Northern Ireland Public Service Alliance evidence

3.77 Some unions, including the Northern Ireland Public Service Alliance and Unison, suggested that the apprenticeship exemption be abolished altogether, not extended. The GMB advocated the abolition of the apprenticeship exemption in favour of a single development rate to cover all apprentices, regardless of age, for the first six months. Usdaw did not consider there to be a need to extend the exemption to cover older apprentices, and was concerned that it could lead to older workers with family responsibilities being paid less than the adult minimum wage rate.

3.78 Employers and their representative organisations were in favour
of the extension of the apprenticeship exemption, although a few, such as the British Hospitality Association, advised that the use of the apprenticeship exemption in their sectors was low. The Scottish Grocers Federation commented that they were operating in a competitive labour market and that low pay rates only hindered recruitment. Conversely, Business in Sport and Leisure and the Employers' Organisation for Local Government believed the exemption would help encourage recruitment of older workers. During our Commission visits some employers also made this point.

'Our members consider that, to coincide with the changes taking place in the provision of apprenticeship schemes, the 12-month exemption should be extended to those aged 25 and over, in order to reduce the risk of litigation and support in the employment of this age group.'

The Newspaper Society evidence

3.79 The hairdressing sector in particular sought to have the exemption further extended. The National Hairdressers' Federation argued that apprentices and those on accredited training programmes, verifiable by a relevant sector body, should be treated in the same way irrespective of age and be exempt from the minimum wage for the duration of their apprenticeship or accredited training. It stressed that the current exemption periods for apprentices were too short and that they acted as a deterrent to employers to take on and train new staff.

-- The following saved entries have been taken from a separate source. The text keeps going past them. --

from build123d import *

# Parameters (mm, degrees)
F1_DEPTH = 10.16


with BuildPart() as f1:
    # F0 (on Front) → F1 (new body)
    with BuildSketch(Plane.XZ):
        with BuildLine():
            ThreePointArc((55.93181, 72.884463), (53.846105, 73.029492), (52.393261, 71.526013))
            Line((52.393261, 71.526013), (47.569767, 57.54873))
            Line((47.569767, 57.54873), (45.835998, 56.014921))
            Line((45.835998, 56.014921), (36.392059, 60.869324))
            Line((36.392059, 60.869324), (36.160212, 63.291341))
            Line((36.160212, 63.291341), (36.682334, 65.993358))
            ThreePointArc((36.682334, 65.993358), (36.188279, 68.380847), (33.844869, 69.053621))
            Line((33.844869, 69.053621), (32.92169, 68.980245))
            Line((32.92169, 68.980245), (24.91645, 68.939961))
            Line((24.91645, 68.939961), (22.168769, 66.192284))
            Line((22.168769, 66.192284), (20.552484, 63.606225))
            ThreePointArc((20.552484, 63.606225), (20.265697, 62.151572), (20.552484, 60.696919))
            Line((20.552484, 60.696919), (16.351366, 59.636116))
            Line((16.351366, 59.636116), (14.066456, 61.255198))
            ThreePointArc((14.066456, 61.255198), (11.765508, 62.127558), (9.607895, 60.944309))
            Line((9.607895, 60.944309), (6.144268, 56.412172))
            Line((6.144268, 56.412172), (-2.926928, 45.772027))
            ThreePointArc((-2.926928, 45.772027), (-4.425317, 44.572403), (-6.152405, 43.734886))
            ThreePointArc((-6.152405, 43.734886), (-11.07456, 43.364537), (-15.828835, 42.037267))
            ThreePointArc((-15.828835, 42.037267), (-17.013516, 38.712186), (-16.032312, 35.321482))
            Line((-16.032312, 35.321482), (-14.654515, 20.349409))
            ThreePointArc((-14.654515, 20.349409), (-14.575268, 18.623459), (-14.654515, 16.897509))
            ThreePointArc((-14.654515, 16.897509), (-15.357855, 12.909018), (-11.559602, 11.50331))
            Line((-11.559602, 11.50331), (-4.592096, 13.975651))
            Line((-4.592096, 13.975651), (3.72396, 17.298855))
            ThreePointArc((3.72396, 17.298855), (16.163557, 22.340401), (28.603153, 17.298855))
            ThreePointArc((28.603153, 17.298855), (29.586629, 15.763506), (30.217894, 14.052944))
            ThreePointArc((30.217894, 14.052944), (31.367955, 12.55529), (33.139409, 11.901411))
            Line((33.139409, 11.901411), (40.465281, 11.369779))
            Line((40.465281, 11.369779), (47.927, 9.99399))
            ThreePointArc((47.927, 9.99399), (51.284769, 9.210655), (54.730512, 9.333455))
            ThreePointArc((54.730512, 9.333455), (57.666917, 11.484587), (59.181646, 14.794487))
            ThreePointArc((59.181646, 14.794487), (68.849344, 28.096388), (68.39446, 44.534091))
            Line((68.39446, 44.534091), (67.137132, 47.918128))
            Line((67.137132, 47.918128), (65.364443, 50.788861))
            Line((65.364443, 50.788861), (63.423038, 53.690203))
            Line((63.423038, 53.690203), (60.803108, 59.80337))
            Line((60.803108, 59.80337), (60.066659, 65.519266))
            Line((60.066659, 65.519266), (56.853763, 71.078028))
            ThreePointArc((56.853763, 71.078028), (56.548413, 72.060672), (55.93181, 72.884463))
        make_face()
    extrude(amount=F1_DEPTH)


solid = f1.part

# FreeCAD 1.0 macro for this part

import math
import FreeCAD as App
import Part
import Sketcher
Q = App.Units.Quantity

doc = App.newDocument("Part")
body = doc.addObject("PartDesign::Body", "Body")

# Sketch on XZ plane
sketch1 = body.newObject("Sketcher::SketchObject", "Sketch")
sketch1.AttachmentSupport = (doc.getObject("XZ_Plane"), [""])
sketch1.MapMode = "FlatFace"
sketch1.addGeometry(Part.ArcOfCircle(Part.Circle(App.Vector(54.733304, 70.718476, 0), App.Vector(0, 0, 1), 2.475463), math.radians(61.042916), math.radians(160.960705)), False)
sketch1.addGeometry(Part.LineSegment(App.Vector(52.393261, 71.526013, 0), App.Vector(47.569767, 57.54873, 0)), False)
sketch1.addGeometry(Part.LineSegment(App.Vector(47.569767, 57.54873, 0), App.Vector(45.835998, 56.014921, 0)), False)
sketch1.addGeometry(Part.LineSegment(App.Vector(45.835998, 56.014921, 0), App.Vector(36.392059, 60.869324, 0)), False)
sketch1.addGeometry(Part.LineSegment(App.Vector(36.392059, 60.869324, 0), App.Vector(36.160212, 63.291341, 0)), False)
sketch1.addGeometry(Part.LineSegment(App.Vector(36.160212, 63.291341, 0), App.Vector(36.682334, 65.993358, 0)), False)
sketch1.addGeometry(Part.ArcOfCircle(Part.Circle(App.Vector(34.45993, 66.778328, 0), App.Vector(0, 0, 1), 2.35696), math.radians(-19.453605), math.radians(105.126747)), False)
sketch1.addGeometry(Part.LineSegment(App.Vector(33.844869, 69.053621, 0), App.Vector(32.92169, 68.980245, 0)), False)
sketch1.addGeometry(Part.LineSegment(App.Vector(32.92169, 68.980245, 0), App.Vector(24.91645, 68.939961, 0)), False)
sketch1.addGeometry(Part.LineSegment(App.Vector(24.91645, 68.939961, 0), App.Vector(22.168769, 66.192284, 0)), False)
sketch1.addGeometry(Part.LineSegment(App.Vector(22.168769, 66.192284, 0), App.Vector(20.552484, 63.606225, 0)), False)
sketch1.addGeometry(Part.ArcOfCircle(Part.Circle(App.Vector(24.098266, 62.151572, 0), App.Vector(0, 0, 1), 3.832569), math.radians(157.694168), math.radians(202.305832)), False)
sketch1.addGeometry(Part.LineSegment(App.Vector(20.552484, 60.696919, 0), App.Vector(16.351366, 59.636116, 0)), False)
sketch1.addGeometry(Part.LineSegment(App.Vector(16.351366, 59.636116, 0), App.Vector(14.066456, 61.255198, 0)), False)
sketch1.addGeometry(Part.ArcOfCircle(Part.Circle(App.Vector(11.969919, 59.196031, 0), App.Vector(0, 0, 1), 2.938645), math.radians(44.48479), math.radians(143.492601)), False)
sketch1.addGeometry(Part.LineSegment(App.Vector(9.607895, 60.944309, 0), App.Vector(6.144268, 56.412172, 0)), False)
sketch1.addGeometry(Part.LineSegment(App.Vector(6.144268, 56.412172, 0), App.Vector(-2.926928, 45.772027, 0)), False)
sketch1.addGeometry(Part.ArcOfCircle(Part.Circle(App.Vector(-9.018962, 51.845683, 0), App.Vector(0, 0, 1), 8.602452), math.radians(-70.535327), math.radians(-44.913445)), False)
sketch1.addGeometry(Part.ArcOfCircle(Part.Circle(App.Vector(-6.740989, 18.663175, 0), App.Vector(0, 0, 1), 25.078619), math.radians(88.655171), math.radians(111.246079)), False)
sketch1.addGeometry(Part.ArcOfCircle(Part.Circle(App.Vector(-11.266116, 38.538049, 0), App.Vector(0, 0, 1), 5.750037), math.radians(142.514857), math.radians(214.014273)), False)
sketch1.addGeometry(Part.LineSegment(App.Vector(-16.032312, 35.321482, 0), App.Vector(-14.654515, 20.349409, 0)), False)
sketch1.addGeometry(Part.ArcOfCircle(Part.Circle(App.Vector(-33.409946, 18.623459, 0), App.Vector(0, 0, 1), 18.834678), math.radians(-5.257779), math.radians(5.257779)), False)
sketch1.addGeometry(Part.ArcOfCircle(Part.Circle(App.Vector(-12.616508, 14.481862, 0), App.Vector(0, 0, 1), 3.16051), math.radians(130.153299), math.radians(289.536659)), False)
sketch1.addGeometry(Part.LineSegment(App.Vector(-11.559602, 11.50331, 0), App.Vector(-4.592096, 13.975651, 0)), False)
sketch1.addGeometry(Part.LineSegment(App.Vector(-4.592096, 13.975651, 0), App.Vector(3.72396, 17.298855, 0)), False)
sketch1.addGeometry(Part.ArcOfCircle(Part.Circle(App.Vector(16.163556, 4.472792, 0), App.Vector(0, 0, 1), 17.867609), math.radians(45.876335), math.radians(134.123665)), False)
sketch1.addGeometry(Part.ArcOfCircle(Part.Circle(App.Vector(22.020139, 11.99941, 0), App.Vector(0, 0, 1), 8.451047), math.radians(14.063178), math.radians(38.83469)), False)
sketch1.addGeometry(Part.ArcOfCircle(Part.Circle(App.Vector(33.385689, 15.295122, 0), App.Vector(0, 0, 1), 3.402636), math.radians(-158.588508), math.radians(-94.150644)), False)
sketch1.addGeometry(Part.LineSegment(App.Vector(33.139409, 11.901411, 0), App.Vector(40.465281, 11.369779, 0)), False)
sketch1.addGeometry(Part.LineSegment(App.Vector(40.465281, 11.369779, 0), App.Vector(47.927, 9.99399, 0)), False)
sketch1.addGeometry(Part.ArcOfCircle(Part.Circle(App.Vector(52.546632, 22.207851, 0), App.Vector(0, 0, 1), 13.058308), math.radians(-110.718054), math.radians(-80.372578)), False)
sketch1.addGeometry(Part.ArcOfCircle(Part.Circle(App.Vector(52.067182, 16.048774, 0), App.Vector(0, 0, 1), 7.224184), math.radians(-68.366468), math.radians(-9.998554)), False)
sketch1.addGeometry(Part.ArcOfCircle(Part.Circle(App.Vector(44.475358, 35.647027, 0), App.Vector(0, 0, 1), 25.516726), math.radians(-54.806534), math.radians(20.382384)), False)
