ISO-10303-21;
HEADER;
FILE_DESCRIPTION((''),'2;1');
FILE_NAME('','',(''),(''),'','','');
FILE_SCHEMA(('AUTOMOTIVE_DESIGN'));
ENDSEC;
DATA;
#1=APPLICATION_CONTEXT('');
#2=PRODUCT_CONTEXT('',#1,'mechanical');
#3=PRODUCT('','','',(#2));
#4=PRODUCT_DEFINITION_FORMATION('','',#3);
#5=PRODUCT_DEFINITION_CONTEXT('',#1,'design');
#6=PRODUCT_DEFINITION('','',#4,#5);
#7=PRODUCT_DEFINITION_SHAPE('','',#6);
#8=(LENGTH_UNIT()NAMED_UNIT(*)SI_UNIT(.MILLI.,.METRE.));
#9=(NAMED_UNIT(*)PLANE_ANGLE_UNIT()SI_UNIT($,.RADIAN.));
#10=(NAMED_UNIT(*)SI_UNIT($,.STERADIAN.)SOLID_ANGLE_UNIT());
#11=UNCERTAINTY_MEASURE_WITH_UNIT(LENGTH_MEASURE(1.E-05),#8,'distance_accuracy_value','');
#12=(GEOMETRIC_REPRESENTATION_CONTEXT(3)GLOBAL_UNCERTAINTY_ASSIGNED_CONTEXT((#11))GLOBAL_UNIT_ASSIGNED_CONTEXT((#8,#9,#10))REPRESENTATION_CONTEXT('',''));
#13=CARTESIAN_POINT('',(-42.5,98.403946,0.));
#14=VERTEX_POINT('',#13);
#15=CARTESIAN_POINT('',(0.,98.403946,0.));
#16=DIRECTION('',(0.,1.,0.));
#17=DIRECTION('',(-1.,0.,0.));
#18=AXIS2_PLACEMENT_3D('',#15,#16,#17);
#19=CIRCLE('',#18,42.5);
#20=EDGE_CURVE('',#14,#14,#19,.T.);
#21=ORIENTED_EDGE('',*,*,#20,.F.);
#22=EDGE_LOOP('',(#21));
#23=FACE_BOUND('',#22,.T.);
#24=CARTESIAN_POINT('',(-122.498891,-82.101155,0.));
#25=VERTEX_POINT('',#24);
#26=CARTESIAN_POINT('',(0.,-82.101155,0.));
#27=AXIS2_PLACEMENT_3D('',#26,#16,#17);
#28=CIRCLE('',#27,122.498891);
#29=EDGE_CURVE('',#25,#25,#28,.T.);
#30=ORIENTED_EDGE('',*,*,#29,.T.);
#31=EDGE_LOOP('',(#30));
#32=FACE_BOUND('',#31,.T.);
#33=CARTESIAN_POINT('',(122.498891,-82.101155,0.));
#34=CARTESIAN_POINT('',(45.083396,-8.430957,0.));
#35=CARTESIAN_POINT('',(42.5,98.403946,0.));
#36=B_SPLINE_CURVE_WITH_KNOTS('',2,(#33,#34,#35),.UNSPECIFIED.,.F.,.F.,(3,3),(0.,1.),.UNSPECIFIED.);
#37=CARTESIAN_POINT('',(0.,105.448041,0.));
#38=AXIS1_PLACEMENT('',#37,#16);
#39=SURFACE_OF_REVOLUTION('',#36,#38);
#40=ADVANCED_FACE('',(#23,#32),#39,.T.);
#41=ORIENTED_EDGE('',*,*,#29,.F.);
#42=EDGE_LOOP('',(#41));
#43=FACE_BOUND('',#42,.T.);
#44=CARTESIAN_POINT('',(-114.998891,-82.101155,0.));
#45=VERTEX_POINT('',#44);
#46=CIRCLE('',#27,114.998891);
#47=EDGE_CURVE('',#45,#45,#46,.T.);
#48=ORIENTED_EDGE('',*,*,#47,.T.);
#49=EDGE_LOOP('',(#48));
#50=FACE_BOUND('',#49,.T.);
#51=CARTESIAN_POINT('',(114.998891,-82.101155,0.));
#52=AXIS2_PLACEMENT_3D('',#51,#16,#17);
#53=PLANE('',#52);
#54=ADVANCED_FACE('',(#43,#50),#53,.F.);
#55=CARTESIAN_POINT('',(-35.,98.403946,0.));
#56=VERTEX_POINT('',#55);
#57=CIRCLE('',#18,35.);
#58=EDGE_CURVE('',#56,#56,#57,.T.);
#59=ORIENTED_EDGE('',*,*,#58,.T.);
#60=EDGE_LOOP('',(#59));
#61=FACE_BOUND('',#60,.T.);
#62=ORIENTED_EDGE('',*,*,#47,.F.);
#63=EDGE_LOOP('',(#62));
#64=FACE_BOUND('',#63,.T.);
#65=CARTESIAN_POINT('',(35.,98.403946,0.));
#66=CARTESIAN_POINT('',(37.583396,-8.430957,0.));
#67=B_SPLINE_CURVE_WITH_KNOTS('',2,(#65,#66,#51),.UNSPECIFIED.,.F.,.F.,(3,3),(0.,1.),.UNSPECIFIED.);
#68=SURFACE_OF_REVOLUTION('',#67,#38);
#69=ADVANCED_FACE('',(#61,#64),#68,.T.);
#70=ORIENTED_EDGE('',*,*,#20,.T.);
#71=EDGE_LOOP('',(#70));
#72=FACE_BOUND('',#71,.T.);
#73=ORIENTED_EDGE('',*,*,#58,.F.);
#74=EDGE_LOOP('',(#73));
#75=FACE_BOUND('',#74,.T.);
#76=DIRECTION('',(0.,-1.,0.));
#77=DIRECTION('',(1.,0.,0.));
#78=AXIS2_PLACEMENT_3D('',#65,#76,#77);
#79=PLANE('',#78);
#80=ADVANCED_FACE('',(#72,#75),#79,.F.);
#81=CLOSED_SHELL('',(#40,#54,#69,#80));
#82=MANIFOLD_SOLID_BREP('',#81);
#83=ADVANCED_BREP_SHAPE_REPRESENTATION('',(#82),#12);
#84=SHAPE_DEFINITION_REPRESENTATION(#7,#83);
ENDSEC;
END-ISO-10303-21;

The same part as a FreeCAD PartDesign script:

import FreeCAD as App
import Part
import Sketcher

V = App.Vector

doc = App.newDocument("Part")
body = doc.addObject("PartDesign::Body", "Body")

# Sketch on XY plane
sketch1 = doc.addObject("Sketcher::SketchObject", "Sketch")
body.addObject(sketch1)
sketch1.AttachmentSupport = (doc.XY_Plane, [""])
sketch1.MapMode = "FlatFace"
sketch1.addGeometry([
    Part.LineSegment(V(42.5, 98.403946, 0), V(35, 98.403946, 0)),
    Part.BSplineCurve([V(35, 98.403946, 0), V(37.583396, -8.430957, 0), V(114.998891, -82.101155, 0)], [3, 3], [0, 1], False, 2, [1, 1, 1], False),
    Part.LineSegment(V(114.998891, -82.101155, 0), V(122.498891, -82.101155, 0)),
    Part.BSplineCurve([V(42.5, 98.403946, 0), V(45.083396, -8.430957, 0), V(122.498891, -82.101155, 0)], [3, 3], [0, 1], False, 2, [1, 1, 1], False),
], False)
sketch1.addConstraint([
    Sketcher.Constraint("Block", 1),
    Sketcher.Constraint("Block", 3),
    Sketcher.Constraint("Coincident", 0, 2, 1, 1),
    Sketcher.Constraint("Coincident", 1, 2, 2, 1),
    Sketcher.Constraint("Coincident", 2, 2, 3, 2),
    Sketcher.Constraint("Coincident", 3, 1, 0, 1),
])
revolution = doc.addObject("PartDesign::Revolution", "Revolution")
body.addObject(revolution)
revolution.Profile = sketch1
revolution.ReferenceAxis = (sketch1, ["V_Axis"])
revolution.Angle = 360

doc.recompute()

3.80 The Scottish Low Pay Unit and Citizens Advice Scotland were both against the extension of the apprenticeship exemption. A primary concern was that exemptions to the minimum wage could lead to exploitation and abuse of the rules. The Scottish Low Pay Unit believed that the minimum wage should be the absolute minimum which no worker's pay should fall below, even in training. The Equal Opportunities Commission was concerned that such exemptions could lead to inequalities in pay between men and women.

3.81 In conclusion, the consultation responses suggested near unanimous support for abolishing the older workers' Development Rate. But the views on extending the apprenticeship exemption were mixed, with employers and employer organisations largely in favour of extending the exemption, while trade unions and voluntary organisations were pressing for a reduction or abolition of the exemption period.